Русалки — оборотни - Антонина Клименкова
Шрифт:
Интервал:
Закладка:
Подбежала к Феликсу, подергала узел, потянула изо всех своих девичьих сил концы — веревка еще больнее врезалась в запястья.
— Лучше с меня начните, — предложил Винченце.
— Да-да, сейчас… — Глаша послушно подбежала к нему, тоже подергала, потянула — без толку.
— У меня где-то ножик был, — сказал Винченце, — посмотрите, пожалуйста, в куртке.
Привстав на цыпочки, девушка пошарила в ближнем кармане — ничего, кроме сложенного платка. Глянула на Винченце и полезла в другой карман — куртка была расстегнута, и чтоб достать, дотянуться, ей пришлось податься вперед, наклониться, приналечь грудью на грудь итальянца. Девица чуть зарделась, тот невозмутимо отвел глаза.
— Есть еще внутренний, — сообщил он тихо.
Она запустила руку ему за пазуху, щекотно пролетела пальчиками. Он вдохнул теплый аромат склонившейся перед самым лицом лебединой шеи.
— Не нашла, — стыдливо поведала она, соскользнув вниз, отойдя назад.

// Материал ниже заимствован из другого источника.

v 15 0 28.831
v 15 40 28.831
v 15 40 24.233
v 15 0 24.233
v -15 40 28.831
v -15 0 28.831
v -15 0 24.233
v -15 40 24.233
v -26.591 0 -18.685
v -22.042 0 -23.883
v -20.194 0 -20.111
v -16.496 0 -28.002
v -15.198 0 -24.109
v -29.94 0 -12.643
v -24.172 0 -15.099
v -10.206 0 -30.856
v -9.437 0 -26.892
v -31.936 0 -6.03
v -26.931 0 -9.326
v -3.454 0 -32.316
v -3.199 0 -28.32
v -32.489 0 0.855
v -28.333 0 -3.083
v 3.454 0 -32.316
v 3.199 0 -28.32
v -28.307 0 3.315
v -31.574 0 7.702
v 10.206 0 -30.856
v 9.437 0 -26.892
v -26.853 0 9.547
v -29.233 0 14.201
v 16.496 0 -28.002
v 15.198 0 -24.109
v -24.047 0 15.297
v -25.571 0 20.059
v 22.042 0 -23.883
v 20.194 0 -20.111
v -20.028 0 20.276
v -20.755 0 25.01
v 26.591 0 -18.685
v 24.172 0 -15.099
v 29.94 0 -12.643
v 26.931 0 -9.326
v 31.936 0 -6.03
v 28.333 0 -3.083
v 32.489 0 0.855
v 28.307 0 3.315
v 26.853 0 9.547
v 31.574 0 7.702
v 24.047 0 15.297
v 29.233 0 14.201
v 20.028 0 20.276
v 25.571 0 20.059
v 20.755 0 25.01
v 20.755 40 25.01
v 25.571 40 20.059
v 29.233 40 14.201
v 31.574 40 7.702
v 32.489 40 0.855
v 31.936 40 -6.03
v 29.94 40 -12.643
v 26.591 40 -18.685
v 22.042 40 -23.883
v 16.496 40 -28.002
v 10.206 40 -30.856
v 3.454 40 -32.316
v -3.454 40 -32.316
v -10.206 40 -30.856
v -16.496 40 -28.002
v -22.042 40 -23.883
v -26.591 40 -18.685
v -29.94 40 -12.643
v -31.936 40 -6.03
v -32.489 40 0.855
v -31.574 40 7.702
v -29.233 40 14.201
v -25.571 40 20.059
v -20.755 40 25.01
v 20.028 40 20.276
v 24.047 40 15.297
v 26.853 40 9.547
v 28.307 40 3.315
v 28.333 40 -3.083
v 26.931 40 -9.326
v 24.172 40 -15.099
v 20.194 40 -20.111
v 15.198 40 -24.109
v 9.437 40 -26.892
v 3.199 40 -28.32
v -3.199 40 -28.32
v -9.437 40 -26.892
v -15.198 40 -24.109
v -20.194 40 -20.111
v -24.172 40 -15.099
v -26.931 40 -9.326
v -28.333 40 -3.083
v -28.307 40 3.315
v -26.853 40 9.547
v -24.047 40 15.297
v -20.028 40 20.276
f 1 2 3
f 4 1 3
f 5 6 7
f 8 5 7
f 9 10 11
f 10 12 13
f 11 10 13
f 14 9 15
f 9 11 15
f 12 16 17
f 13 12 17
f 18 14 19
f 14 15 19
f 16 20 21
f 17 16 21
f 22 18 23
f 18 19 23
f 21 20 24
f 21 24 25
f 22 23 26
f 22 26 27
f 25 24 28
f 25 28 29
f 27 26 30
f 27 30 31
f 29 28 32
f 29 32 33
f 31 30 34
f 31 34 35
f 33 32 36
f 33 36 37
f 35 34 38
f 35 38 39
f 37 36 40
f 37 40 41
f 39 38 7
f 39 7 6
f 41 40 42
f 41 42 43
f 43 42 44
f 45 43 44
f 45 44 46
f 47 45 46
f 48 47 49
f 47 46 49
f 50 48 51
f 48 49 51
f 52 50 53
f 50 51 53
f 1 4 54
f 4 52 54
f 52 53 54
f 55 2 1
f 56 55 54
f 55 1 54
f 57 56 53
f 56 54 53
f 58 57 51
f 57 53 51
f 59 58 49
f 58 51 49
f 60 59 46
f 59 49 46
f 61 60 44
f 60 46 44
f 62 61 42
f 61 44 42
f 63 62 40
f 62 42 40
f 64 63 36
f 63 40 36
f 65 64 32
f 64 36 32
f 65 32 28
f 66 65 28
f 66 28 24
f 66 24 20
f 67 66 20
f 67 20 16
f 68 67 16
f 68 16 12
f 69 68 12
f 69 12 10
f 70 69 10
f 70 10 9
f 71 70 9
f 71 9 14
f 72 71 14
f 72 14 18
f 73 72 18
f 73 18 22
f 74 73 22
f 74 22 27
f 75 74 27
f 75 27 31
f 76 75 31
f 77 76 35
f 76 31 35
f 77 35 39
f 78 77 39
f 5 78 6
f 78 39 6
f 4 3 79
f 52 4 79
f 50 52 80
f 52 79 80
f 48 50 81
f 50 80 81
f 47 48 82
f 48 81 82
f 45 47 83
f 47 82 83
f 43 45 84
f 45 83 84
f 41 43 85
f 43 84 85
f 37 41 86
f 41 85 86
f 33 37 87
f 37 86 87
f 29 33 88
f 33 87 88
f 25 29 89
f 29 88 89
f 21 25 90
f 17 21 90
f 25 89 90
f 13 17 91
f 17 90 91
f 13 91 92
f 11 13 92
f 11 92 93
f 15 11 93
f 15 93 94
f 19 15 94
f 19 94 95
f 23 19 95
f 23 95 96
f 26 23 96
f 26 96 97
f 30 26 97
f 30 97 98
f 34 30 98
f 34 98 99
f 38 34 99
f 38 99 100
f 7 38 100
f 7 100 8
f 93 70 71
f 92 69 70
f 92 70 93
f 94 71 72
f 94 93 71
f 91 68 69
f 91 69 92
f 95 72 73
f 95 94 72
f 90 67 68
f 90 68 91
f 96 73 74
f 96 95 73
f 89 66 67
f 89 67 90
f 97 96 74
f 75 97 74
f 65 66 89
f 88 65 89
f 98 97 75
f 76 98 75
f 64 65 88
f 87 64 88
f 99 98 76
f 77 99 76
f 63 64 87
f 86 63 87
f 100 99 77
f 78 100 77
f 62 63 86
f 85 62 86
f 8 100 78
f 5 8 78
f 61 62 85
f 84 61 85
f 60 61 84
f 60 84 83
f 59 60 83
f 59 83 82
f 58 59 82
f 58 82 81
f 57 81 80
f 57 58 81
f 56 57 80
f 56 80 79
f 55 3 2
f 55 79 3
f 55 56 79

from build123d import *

# Parameters (mm, degrees)
ESBO_O2_R                = 32.5
RESSALTO_EXTRUS_O1_DEPTH = 40
ESBO_O3_R                = 28.5
CORTE_EXTRUS_O1_DEPTH    = 40
ESBO_O4_W                = 30
ESBO_O4_H                = 19.489170569
CORTE_EXTRUS_O2_DEPTH    = 61.930288035


with BuildPart() as part:
    # Esboço2 → Ressalto-extrusão1 (new body)
    with BuildSketch(Plane(origin=(0, 0, 0), x_dir=(1, 0, 0), z_dir=(0, 1, 0))):
        with Locations(Location((0, 0, 0), (0, 0, 270))):
            Circle(ESBO_O2_R)
    extrude(amount=RESSALTO_EXTRUS_O1_DEPTH)

    # Esboço3 → Corte-extrusão1 (cut)
    with BuildSketch(Plane(origin=(0, 40, 0), x_dir=(1, 0, 0), z_dir=(0, 1, 0))):
        with Locations(Location((0, 0, 0), (0, 0, 270))):
            Circle(ESBO_O3_R)
    extrude(amount=-CORTE_EXTRUS_O1_DEPTH, mode=Mode.SUBTRACT)

    # Esboço4 → Corte-extrusão2 (cut, through all)
    with BuildSketch(Plane(origin=(0, 0, 0), x_dir=(1, 0, 0), z_dir=(0, 1, 0))):
        with Locations((0, -26.797609532)):
            Rectangle(ESBO_O4_W, ESBO_O4_H)
    extrude(amount=CORTE_EXTRUS_O2_DEPTH, mode=Mode.SUBTRACT)


solid = part.part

— Значит, выронил в драке, — вздохнул Винченце. — Не везет…
— Ничего, я сейчас чего-нибудь придумаю, — засуетилась Глаша. — Я сейчас быстренько…

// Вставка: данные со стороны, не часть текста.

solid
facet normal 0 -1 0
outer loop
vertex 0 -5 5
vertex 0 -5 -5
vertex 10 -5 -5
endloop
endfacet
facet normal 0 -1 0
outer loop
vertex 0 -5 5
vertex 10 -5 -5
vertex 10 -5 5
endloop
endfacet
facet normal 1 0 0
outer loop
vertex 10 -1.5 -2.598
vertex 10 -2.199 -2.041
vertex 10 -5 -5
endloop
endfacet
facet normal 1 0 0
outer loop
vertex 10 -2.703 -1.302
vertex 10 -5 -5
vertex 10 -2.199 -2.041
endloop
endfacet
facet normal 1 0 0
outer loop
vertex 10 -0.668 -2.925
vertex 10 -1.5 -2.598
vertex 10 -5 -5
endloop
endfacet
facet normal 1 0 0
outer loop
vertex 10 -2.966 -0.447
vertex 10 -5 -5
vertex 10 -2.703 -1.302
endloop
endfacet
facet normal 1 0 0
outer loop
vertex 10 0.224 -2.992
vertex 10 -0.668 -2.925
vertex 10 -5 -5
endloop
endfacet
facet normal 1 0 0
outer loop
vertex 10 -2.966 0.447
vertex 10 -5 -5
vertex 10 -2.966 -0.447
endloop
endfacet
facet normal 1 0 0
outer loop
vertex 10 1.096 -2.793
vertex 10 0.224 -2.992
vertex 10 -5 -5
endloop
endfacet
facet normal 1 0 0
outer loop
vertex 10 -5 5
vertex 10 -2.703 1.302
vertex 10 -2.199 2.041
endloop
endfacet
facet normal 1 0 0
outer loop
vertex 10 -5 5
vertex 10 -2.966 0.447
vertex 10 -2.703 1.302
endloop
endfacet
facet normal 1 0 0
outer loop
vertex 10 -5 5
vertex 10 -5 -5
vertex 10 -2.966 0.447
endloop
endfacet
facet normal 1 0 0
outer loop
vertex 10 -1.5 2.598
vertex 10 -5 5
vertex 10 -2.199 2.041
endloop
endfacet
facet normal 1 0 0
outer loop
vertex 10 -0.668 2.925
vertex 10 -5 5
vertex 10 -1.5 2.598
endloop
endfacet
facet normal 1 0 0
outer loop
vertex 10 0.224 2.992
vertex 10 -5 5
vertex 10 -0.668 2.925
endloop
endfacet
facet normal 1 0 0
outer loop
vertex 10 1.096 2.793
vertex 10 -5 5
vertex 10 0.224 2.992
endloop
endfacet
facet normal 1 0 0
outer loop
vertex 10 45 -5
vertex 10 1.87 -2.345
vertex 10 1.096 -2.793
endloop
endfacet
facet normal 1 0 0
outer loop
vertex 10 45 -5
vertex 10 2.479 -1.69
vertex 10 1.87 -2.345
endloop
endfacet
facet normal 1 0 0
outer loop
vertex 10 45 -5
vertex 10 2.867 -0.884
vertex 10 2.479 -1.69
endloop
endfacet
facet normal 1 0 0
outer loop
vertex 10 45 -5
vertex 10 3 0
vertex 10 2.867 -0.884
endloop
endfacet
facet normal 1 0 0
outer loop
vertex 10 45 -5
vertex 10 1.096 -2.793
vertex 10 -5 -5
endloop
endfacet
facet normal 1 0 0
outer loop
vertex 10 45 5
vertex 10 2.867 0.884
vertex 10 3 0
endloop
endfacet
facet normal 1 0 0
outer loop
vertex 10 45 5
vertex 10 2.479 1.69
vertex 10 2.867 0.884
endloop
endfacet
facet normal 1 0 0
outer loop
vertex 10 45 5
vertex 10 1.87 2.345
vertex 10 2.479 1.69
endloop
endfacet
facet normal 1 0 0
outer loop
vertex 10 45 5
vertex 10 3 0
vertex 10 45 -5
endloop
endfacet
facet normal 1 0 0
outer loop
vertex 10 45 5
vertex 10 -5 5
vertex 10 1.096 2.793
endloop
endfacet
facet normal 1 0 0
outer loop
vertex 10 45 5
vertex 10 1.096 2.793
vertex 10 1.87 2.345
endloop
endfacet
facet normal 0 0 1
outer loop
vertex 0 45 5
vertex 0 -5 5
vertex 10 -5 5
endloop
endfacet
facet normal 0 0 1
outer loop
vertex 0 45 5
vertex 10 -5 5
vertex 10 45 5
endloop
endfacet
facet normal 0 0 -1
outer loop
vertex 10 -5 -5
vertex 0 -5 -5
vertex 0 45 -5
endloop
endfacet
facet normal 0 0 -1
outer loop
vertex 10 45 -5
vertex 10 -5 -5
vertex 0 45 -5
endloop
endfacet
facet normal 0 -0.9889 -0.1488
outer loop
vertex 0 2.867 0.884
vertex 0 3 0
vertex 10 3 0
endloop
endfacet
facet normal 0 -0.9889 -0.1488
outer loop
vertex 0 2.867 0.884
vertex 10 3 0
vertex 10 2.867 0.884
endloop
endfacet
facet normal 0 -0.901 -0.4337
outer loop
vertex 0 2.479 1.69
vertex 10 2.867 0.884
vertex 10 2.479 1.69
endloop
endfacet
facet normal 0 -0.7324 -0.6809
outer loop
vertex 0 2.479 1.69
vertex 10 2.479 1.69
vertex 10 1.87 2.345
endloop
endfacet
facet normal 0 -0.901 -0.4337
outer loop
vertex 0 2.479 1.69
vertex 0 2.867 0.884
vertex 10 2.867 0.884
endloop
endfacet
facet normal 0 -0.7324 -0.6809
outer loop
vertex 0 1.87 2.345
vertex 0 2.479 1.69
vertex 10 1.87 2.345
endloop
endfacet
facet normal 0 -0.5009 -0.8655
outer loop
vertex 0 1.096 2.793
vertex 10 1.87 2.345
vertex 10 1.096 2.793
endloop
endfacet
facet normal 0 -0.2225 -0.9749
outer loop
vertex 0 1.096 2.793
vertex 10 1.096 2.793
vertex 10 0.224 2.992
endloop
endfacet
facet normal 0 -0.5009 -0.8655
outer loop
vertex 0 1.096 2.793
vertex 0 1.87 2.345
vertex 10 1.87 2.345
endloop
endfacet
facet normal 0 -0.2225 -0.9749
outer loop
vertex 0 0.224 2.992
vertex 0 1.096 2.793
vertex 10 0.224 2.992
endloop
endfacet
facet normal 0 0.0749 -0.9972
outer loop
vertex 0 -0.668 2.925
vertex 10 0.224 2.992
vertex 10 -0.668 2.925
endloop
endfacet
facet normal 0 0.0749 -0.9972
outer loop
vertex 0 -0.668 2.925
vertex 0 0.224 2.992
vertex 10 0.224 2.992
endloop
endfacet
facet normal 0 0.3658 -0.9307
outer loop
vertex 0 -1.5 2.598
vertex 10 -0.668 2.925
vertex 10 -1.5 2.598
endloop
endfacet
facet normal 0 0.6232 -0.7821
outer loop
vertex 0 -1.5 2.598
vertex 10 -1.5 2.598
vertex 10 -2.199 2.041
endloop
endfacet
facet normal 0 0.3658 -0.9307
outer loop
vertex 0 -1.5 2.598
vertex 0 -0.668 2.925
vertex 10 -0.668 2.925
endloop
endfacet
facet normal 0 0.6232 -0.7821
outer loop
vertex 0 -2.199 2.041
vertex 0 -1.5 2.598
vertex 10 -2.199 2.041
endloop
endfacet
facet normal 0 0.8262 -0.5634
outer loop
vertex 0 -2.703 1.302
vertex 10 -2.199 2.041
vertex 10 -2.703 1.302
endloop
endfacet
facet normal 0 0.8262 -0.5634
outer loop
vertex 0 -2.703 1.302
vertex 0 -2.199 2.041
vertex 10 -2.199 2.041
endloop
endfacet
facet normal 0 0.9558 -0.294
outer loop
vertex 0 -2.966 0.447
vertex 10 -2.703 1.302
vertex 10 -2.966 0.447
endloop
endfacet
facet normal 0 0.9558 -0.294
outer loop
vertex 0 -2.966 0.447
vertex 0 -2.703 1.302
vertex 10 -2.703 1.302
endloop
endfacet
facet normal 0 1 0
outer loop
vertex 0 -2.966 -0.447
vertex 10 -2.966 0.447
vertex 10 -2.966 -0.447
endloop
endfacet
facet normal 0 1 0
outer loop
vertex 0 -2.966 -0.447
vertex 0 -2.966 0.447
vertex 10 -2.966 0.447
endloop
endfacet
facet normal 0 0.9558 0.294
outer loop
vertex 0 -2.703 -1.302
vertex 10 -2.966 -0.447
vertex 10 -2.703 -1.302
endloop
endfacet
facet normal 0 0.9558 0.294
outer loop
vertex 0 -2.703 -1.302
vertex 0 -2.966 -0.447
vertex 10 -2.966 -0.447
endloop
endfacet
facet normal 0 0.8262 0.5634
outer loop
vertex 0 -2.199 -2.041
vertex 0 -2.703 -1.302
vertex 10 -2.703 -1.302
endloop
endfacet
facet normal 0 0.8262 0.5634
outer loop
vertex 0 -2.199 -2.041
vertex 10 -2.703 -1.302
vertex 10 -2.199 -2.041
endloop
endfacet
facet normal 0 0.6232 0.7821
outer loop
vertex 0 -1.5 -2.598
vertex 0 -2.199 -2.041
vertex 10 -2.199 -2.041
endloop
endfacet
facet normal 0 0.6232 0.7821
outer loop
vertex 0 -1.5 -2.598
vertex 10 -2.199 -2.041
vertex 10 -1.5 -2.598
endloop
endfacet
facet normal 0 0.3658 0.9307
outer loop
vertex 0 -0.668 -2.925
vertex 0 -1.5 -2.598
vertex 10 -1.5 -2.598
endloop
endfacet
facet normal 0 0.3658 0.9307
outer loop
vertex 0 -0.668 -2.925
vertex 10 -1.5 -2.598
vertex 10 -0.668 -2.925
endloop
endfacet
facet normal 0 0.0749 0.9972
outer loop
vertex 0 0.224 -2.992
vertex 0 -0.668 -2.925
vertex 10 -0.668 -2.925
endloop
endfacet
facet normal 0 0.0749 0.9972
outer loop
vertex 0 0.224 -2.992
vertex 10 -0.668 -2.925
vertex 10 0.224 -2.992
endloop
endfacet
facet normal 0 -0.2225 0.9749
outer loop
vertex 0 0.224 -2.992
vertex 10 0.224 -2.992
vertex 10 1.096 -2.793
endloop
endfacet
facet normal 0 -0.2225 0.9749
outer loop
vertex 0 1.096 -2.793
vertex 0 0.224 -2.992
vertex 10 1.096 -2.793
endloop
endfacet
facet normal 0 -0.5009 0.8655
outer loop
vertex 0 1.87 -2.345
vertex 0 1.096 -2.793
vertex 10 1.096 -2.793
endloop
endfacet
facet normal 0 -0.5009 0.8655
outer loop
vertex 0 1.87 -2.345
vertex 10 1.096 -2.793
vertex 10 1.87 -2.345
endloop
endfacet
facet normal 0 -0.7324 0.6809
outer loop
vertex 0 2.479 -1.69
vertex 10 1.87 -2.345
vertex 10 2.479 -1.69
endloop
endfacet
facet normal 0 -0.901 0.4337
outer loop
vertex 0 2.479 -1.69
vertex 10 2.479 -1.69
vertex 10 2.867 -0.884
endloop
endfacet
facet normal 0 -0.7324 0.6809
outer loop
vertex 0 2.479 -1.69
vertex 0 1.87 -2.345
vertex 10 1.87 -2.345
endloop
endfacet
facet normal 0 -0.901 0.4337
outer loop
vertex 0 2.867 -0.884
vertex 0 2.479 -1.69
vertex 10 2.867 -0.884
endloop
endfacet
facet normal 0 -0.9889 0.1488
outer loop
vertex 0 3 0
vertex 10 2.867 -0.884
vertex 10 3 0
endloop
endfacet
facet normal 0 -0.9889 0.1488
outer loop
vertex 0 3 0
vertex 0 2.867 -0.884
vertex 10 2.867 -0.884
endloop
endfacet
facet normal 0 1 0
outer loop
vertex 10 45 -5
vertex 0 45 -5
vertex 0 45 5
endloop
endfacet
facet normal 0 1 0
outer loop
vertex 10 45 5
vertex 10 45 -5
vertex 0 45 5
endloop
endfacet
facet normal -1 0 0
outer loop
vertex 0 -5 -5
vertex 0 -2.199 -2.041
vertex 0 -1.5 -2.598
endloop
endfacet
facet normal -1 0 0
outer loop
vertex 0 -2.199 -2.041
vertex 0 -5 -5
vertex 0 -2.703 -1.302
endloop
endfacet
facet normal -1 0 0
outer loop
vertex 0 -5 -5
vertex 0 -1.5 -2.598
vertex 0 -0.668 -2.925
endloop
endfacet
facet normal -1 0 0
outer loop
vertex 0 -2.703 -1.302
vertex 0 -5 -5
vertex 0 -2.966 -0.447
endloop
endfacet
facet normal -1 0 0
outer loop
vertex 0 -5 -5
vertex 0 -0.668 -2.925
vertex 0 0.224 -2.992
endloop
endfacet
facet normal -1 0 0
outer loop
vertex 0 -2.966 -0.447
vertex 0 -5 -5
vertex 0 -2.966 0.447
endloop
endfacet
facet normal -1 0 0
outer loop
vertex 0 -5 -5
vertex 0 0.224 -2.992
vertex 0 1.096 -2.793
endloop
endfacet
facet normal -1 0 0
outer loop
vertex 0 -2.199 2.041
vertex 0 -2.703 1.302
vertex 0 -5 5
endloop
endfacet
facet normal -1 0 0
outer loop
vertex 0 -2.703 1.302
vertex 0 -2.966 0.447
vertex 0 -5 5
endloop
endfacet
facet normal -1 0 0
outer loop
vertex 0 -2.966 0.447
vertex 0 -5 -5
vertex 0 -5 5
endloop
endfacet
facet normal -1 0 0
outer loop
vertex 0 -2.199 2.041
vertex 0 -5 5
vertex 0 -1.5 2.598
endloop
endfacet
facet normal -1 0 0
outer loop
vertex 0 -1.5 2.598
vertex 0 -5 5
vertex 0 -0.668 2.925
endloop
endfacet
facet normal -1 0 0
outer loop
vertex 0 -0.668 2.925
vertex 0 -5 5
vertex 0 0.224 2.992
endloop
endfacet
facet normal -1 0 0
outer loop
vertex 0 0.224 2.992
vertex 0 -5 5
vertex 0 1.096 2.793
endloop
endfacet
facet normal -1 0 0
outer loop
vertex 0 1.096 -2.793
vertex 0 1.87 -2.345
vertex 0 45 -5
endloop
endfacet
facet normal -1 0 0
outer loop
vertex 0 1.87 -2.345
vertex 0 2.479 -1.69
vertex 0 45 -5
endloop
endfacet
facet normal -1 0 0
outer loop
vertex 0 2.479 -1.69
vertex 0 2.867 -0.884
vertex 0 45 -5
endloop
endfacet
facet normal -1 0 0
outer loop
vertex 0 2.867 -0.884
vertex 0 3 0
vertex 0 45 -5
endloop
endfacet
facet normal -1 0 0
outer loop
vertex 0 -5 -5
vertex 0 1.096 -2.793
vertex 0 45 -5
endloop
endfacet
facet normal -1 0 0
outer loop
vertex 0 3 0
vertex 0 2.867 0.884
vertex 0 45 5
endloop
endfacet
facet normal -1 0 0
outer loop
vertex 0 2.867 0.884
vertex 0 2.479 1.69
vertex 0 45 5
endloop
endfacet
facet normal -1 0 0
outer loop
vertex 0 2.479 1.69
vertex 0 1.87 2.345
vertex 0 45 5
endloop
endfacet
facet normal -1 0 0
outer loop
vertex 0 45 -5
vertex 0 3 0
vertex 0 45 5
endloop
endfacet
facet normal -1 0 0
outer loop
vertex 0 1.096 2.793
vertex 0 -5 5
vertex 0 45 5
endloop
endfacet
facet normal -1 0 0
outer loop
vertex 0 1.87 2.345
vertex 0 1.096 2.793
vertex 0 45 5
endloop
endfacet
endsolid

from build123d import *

# Parameters (mm, degrees)
SKETCH_W  = 50
SKETCH_H  = 10
SKETCH_R  = 3
PAD_DEPTH = 10


with BuildPart() as part:
    # Sketch → Pad (new body)
    with BuildSketch(Plane.YZ):
        with Locations((20, 0)):
            Rectangle(SKETCH_W, SKETCH_H)
        Circle(SKETCH_R, mode=Mode.SUBTRACT)
    extrude(amount=PAD_DEPTH)


solid = part.part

— Быстро прячься! — шепотом крикнул ей Винченце, — Сюда опять кто-то идет. Ну ни минуты не оставят в покое!..
Глафира быстрее белки юркнула в кусты, ойкнула там, затаилась.
Свет фонаря, отплясывая на стволах деревьев, отблесками загодя оповестил о приближении еще одного визитера.
— Женщина, одна, — определил Винченце, прислушавшись. — Немолодая, нетрезвая, закусывала чесноком. Фу…
И вскоре на поляне появилось новое действующее лицо: Полина Кондратьевна, не в лучшем виде, как есть в кислом клюквенном соусе, с фонарем в одной руке, с кружевным зонтом в другой, за спиной на ремне болталось охотничье ружье. Зонтик, предназначенный защищать от яркого солнца, с дождем, пусть почти совсем затихшим, справлялся много хуже.
Ямина пересекла поляну, подойдя к воззрившемуся на нее в изумлении Винченце, подняла тяжелый фонарь на уровень глаз.
— И впрямь красавец, как и расписывали, — произнесла она.
— Весьма польщен, — ответил Винченце, щурясь от тусклого света, — но, может быть, вы соизволите объяснить, что происходит? За кого меня приняли эти крестьяне и в чем, по их мнению, я виновен?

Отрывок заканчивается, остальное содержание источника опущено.